[Start of section]
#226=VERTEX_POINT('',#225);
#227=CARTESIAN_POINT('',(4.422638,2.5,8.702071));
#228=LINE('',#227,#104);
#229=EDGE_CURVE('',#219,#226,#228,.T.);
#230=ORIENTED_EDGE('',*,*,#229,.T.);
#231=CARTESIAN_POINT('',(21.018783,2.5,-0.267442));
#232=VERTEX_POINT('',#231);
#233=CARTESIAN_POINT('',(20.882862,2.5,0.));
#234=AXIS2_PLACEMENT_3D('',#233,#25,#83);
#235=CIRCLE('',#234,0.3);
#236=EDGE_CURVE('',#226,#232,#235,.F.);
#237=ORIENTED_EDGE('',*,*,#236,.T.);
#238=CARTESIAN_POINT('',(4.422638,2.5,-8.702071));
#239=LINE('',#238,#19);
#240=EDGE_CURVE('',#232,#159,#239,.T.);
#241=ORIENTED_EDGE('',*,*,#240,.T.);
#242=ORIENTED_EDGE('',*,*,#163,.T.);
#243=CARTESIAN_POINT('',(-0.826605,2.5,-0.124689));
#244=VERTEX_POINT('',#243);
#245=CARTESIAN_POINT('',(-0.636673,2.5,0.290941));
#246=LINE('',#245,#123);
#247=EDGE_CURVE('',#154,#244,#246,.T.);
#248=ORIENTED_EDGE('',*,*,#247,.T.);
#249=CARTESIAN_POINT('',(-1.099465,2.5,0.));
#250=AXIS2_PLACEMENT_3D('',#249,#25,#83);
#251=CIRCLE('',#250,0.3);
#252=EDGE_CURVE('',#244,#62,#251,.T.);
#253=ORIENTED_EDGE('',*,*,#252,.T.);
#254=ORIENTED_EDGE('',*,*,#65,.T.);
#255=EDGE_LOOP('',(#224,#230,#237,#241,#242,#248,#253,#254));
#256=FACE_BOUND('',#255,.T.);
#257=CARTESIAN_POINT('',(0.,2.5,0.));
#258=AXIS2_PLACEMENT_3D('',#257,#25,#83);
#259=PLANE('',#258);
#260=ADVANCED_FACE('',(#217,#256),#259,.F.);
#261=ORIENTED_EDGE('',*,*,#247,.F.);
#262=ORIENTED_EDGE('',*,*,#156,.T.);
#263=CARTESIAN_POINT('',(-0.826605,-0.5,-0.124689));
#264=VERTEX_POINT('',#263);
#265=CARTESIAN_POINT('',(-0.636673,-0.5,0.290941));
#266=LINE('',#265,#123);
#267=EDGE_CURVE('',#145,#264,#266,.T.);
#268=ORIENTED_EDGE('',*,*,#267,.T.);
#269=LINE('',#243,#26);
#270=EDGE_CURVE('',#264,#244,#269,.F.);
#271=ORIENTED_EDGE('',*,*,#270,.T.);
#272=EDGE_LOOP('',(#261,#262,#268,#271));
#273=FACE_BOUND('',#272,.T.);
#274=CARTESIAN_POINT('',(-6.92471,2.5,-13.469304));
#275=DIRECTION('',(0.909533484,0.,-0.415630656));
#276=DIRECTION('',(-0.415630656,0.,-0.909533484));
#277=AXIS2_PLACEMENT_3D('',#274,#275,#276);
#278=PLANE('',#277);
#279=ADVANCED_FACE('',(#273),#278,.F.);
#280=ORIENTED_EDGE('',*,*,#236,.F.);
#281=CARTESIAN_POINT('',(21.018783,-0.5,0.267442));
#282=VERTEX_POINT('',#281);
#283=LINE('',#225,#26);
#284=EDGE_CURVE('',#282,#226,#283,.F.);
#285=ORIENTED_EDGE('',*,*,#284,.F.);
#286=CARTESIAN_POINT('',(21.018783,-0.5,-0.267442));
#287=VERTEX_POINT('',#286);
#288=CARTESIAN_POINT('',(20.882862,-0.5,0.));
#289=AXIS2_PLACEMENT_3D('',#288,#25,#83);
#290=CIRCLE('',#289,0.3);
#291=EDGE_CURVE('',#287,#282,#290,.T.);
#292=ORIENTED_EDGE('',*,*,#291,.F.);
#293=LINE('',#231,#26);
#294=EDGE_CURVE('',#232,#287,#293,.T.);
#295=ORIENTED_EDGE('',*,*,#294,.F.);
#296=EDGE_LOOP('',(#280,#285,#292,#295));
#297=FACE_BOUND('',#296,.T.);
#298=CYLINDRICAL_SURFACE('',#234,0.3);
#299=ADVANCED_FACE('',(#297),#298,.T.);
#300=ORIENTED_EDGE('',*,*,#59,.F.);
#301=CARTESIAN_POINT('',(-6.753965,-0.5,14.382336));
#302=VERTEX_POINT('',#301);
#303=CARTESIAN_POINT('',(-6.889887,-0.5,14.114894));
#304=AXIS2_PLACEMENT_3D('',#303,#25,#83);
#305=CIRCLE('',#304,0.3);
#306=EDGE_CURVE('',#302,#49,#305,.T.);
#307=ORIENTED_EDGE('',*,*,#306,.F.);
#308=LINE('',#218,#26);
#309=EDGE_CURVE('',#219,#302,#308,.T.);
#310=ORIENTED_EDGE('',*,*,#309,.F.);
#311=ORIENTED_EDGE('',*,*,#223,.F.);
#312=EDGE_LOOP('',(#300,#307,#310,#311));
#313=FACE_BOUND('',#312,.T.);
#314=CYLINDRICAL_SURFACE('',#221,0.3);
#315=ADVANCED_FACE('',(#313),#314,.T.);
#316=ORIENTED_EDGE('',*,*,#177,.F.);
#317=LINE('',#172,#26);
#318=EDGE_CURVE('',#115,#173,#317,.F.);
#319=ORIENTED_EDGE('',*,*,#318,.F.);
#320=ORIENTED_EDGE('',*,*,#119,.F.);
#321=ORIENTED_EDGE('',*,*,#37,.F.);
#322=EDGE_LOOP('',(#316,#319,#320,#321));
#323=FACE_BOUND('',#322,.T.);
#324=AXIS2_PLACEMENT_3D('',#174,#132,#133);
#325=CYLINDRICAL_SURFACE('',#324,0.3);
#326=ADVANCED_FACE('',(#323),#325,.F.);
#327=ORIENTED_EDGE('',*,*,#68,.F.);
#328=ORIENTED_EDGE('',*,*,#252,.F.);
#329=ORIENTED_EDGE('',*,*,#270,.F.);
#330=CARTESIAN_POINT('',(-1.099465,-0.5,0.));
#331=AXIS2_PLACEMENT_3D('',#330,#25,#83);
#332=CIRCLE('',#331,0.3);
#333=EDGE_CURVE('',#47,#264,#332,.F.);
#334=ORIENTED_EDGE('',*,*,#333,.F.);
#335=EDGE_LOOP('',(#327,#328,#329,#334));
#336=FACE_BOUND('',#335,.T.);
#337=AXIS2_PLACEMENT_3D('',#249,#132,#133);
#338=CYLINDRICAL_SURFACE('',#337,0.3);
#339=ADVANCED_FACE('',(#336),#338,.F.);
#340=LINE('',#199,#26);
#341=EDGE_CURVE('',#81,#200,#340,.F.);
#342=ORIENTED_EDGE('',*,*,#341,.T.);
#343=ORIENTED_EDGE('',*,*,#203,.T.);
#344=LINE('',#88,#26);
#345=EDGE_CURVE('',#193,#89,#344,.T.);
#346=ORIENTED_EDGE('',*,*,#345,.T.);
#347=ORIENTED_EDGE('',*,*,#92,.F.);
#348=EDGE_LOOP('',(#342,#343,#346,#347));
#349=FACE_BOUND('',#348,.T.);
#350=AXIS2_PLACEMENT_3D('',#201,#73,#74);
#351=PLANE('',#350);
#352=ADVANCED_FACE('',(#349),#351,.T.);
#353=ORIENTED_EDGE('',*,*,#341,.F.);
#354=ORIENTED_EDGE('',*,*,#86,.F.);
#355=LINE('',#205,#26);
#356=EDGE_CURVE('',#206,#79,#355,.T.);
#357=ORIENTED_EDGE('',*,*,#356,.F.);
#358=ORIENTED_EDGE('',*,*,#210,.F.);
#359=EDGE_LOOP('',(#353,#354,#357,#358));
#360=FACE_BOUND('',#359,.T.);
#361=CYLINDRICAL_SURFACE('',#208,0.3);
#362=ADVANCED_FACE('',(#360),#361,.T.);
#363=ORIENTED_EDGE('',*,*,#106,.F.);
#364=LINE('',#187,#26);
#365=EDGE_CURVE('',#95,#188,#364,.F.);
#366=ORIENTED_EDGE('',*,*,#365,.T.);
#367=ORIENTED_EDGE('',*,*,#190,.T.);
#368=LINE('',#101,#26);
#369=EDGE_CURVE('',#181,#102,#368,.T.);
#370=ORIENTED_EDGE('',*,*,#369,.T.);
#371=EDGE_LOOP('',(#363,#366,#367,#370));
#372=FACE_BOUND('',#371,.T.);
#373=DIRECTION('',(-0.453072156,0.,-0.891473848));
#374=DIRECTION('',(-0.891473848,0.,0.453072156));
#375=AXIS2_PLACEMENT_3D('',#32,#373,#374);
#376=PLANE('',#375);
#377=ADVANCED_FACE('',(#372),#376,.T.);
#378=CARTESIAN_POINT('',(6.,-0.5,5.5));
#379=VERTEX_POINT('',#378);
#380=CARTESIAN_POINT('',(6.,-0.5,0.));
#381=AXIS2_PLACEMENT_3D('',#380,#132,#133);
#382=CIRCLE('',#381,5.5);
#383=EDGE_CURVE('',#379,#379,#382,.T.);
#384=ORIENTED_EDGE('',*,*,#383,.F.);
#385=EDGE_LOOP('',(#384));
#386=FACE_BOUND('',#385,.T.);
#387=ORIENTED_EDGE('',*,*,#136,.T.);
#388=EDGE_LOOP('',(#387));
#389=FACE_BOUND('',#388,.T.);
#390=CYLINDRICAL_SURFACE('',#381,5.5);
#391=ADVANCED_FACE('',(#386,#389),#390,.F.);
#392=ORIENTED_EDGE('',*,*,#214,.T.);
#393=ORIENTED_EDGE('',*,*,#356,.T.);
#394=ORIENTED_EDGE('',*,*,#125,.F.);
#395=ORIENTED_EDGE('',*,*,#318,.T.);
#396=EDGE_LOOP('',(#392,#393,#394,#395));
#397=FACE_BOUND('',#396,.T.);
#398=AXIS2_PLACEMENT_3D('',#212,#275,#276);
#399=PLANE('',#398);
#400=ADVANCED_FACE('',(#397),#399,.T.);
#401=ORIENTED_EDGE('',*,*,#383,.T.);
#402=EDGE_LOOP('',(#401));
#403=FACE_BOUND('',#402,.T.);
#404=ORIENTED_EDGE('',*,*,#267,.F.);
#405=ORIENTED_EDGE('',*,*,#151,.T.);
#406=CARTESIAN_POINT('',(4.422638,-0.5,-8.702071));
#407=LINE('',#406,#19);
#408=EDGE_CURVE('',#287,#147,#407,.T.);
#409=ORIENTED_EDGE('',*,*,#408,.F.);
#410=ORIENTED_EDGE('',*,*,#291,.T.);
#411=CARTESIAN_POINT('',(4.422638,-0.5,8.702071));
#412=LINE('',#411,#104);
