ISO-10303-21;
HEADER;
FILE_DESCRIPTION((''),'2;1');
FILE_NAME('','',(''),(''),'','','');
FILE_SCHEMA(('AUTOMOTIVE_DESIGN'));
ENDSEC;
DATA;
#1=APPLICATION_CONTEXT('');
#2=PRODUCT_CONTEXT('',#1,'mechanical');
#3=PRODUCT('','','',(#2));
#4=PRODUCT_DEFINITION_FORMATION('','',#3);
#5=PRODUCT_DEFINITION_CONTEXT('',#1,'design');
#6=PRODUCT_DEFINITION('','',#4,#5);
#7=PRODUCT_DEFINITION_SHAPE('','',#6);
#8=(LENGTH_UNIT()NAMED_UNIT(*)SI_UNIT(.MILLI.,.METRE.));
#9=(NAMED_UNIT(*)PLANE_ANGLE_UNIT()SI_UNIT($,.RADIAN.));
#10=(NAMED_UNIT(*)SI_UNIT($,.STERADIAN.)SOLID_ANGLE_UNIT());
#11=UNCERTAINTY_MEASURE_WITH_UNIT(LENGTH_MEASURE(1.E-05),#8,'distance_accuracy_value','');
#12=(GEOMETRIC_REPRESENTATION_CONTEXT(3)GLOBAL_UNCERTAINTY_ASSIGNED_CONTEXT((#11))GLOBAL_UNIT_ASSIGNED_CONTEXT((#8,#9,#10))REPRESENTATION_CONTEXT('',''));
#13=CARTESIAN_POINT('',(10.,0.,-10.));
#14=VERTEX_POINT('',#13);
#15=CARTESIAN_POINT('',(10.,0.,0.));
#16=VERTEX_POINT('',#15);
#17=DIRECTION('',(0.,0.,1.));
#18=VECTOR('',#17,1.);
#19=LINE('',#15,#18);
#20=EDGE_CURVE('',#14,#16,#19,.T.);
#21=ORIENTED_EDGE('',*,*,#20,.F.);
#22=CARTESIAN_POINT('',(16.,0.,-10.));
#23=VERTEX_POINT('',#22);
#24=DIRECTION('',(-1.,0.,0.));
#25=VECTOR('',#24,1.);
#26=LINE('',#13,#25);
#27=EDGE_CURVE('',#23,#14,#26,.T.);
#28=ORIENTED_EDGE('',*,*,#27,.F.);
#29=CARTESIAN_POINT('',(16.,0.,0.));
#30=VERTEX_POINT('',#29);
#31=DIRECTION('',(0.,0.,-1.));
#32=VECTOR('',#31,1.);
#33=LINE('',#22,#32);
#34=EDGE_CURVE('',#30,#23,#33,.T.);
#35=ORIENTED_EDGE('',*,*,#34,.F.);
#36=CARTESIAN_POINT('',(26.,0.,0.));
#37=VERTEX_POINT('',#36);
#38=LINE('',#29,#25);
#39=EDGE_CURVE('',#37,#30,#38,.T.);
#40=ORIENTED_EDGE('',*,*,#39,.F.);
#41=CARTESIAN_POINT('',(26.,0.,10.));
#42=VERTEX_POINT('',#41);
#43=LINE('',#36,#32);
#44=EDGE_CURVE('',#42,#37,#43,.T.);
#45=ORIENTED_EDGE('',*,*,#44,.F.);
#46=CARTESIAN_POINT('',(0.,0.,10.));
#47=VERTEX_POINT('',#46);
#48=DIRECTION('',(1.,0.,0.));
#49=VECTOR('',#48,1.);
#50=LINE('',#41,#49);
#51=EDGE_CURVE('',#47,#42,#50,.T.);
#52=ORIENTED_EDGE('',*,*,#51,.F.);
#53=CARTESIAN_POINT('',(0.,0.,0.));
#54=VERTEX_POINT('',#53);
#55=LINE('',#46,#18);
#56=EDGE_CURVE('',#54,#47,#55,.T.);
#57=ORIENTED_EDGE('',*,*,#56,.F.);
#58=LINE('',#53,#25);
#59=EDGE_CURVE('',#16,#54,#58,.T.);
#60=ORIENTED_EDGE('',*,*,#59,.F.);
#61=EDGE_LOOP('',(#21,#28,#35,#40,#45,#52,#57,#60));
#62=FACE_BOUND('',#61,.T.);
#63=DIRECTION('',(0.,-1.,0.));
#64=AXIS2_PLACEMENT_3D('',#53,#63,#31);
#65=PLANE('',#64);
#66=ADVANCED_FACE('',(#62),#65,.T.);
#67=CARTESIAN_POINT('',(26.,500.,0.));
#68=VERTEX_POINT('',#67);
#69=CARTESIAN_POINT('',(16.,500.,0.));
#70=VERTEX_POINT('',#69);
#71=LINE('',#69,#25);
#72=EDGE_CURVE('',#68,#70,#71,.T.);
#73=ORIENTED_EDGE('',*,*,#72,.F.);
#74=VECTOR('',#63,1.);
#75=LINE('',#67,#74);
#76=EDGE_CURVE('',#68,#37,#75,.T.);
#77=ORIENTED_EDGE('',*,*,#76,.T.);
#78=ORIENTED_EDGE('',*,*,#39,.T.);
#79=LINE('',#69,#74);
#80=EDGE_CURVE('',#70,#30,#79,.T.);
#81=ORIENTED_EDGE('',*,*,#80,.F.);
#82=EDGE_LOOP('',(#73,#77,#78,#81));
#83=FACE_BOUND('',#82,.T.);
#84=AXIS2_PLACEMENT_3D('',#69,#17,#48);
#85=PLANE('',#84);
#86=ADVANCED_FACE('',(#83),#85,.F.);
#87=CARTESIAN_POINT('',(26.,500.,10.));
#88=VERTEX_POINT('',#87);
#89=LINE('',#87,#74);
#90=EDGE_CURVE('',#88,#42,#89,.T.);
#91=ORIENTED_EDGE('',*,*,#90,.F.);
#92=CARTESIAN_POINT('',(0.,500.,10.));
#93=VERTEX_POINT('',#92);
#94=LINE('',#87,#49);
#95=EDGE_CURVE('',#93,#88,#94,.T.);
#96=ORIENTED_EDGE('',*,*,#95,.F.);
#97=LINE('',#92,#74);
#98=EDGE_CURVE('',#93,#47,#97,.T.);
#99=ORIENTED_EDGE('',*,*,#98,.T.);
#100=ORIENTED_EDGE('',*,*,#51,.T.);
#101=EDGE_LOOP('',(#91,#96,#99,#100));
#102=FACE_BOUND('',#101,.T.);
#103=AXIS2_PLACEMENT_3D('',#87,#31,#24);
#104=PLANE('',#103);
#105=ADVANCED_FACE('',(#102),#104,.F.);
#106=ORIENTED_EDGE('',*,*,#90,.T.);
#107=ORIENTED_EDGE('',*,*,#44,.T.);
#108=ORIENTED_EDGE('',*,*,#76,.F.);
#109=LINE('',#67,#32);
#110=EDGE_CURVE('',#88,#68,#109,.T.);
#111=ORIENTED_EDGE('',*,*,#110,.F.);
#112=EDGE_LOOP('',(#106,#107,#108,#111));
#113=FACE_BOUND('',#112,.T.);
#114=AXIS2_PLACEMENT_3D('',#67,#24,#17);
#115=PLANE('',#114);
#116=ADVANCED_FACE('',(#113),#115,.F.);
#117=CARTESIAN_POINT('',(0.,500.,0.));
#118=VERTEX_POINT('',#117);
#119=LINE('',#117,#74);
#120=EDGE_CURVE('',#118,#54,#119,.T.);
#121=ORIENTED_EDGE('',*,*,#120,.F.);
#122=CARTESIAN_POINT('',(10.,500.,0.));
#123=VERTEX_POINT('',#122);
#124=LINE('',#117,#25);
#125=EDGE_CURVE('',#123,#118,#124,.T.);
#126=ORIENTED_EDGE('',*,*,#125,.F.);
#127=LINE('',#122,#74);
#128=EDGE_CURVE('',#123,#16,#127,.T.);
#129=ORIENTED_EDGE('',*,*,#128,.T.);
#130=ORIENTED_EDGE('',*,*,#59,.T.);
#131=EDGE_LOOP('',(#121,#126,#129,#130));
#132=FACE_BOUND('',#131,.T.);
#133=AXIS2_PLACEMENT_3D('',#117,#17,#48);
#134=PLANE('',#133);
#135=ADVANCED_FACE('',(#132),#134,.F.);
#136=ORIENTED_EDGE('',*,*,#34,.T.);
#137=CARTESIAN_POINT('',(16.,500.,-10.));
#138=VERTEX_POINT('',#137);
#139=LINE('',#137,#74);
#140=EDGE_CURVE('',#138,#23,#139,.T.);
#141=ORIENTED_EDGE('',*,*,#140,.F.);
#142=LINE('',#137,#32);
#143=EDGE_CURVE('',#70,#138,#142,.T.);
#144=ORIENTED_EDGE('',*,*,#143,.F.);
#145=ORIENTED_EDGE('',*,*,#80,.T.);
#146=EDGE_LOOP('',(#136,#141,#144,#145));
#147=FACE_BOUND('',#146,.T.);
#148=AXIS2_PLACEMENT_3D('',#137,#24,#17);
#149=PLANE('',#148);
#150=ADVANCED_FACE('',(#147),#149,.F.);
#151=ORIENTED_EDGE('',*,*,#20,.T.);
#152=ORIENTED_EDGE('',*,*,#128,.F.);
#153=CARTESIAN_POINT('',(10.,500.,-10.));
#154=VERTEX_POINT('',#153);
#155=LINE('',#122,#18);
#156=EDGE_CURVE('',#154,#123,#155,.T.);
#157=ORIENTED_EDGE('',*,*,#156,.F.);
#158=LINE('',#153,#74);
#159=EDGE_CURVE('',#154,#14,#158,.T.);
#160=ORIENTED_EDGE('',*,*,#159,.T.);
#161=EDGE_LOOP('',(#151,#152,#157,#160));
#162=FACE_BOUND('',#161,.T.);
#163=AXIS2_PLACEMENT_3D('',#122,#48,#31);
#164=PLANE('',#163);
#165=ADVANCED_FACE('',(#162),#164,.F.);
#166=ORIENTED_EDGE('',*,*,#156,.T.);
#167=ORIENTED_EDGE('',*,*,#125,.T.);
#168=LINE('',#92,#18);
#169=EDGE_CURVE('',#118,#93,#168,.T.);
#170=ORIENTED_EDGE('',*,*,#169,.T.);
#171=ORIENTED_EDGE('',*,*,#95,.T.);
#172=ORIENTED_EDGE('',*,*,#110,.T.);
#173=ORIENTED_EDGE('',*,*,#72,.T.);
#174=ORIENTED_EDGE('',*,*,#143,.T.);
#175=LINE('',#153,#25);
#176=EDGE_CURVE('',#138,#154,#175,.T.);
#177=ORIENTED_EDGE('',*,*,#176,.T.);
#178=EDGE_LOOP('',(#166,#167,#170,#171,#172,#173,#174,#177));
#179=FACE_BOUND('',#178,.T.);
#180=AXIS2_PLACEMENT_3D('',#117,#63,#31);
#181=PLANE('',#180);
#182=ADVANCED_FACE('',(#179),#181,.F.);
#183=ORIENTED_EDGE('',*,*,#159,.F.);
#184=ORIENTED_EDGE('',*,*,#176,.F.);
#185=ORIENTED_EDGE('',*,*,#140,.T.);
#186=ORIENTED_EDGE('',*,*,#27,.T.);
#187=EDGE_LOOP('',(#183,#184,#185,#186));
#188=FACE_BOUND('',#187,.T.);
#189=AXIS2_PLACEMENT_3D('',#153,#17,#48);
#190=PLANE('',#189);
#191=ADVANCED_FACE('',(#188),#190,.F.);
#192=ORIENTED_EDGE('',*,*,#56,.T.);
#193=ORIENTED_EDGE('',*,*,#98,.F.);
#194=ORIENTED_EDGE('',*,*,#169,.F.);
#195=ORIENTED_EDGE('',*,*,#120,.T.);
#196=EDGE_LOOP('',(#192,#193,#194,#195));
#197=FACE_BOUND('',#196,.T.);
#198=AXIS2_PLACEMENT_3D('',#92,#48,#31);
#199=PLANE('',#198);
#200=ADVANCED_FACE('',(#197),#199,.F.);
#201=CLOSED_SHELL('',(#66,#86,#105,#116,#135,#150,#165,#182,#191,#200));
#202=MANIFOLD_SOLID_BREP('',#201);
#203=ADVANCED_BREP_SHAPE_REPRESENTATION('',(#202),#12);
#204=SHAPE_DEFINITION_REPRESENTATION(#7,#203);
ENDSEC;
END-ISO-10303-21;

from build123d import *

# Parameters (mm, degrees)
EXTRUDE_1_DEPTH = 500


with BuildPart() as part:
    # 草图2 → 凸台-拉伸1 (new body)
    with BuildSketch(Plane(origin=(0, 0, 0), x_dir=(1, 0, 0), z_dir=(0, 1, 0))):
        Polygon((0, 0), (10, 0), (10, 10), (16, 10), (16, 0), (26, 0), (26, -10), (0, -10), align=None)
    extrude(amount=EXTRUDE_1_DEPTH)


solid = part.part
[End of section]
Look back at the entries above. Retype the line with "#368=LINE('',#101,#26);", the line with "#409=ORIENTED_EDGE('',*,*,#408,.F.);", and all lines in between.

#368=LINE('',#101,#26);
#369=EDGE_CURVE('',#181,#102,#368,.T.);
#370=ORIENTED_EDGE('',*,*,#369,.T.);
#371=EDGE_LOOP('',(#363,#366,#367,#370));
#372=FACE_BOUND('',#371,.T.);
#373=DIRECTION('',(-0.453072156,0.,-0.891473848));
#374=DIRECTION('',(-0.891473848,0.,0.453072156));
#375=AXIS2_PLACEMENT_3D('',#32,#373,#374);
#376=PLANE('',#375);
#377=ADVANCED_FACE('',(#372),#376,.T.);
#378=CARTESIAN_POINT('',(6.,-0.5,5.5));
#379=VERTEX_POINT('',#378);
#380=CARTESIAN_POINT('',(6.,-0.5,0.));
#381=AXIS2_PLACEMENT_3D('',#380,#132,#133);
#382=CIRCLE('',#381,5.5);
#383=EDGE_CURVE('',#379,#379,#382,.T.);
#384=ORIENTED_EDGE('',*,*,#383,.F.);
#385=EDGE_LOOP('',(#384));
#386=FACE_BOUND('',#385,.T.);
#387=ORIENTED_EDGE('',*,*,#136,.T.);
#388=EDGE_LOOP('',(#387));
#389=FACE_BOUND('',#388,.T.);
#390=CYLINDRICAL_SURFACE('',#381,5.5);
#391=ADVANCED_FACE('',(#386,#389),#390,.F.);
#392=ORIENTED_EDGE('',*,*,#214,.T.);
#393=ORIENTED_EDGE('',*,*,#356,.T.);
#394=ORIENTED_EDGE('',*,*,#125,.F.);
#395=ORIENTED_EDGE('',*,*,#318,.T.);
#396=EDGE_LOOP('',(#392,#393,#394,#395));
#397=FACE_BOUND('',#396,.T.);
#398=AXIS2_PLACEMENT_3D('',#212,#275,#276);
#399=PLANE('',#398);
#400=ADVANCED_FACE('',(#397),#399,.T.);
#401=ORIENTED_EDGE('',*,*,#383,.T.);
#402=EDGE_LOOP('',(#401));
#403=FACE_BOUND('',#402,.T.);
#404=ORIENTED_EDGE('',*,*,#267,.F.);
#405=ORIENTED_EDGE('',*,*,#151,.T.);
#406=CARTESIAN_POINT('',(4.422638,-0.5,-8.702071));
#407=LINE('',#406,#19);
#408=EDGE_CURVE('',#287,#147,#407,.T.);
#409=ORIENTED_EDGE('',*,*,#408,.F.);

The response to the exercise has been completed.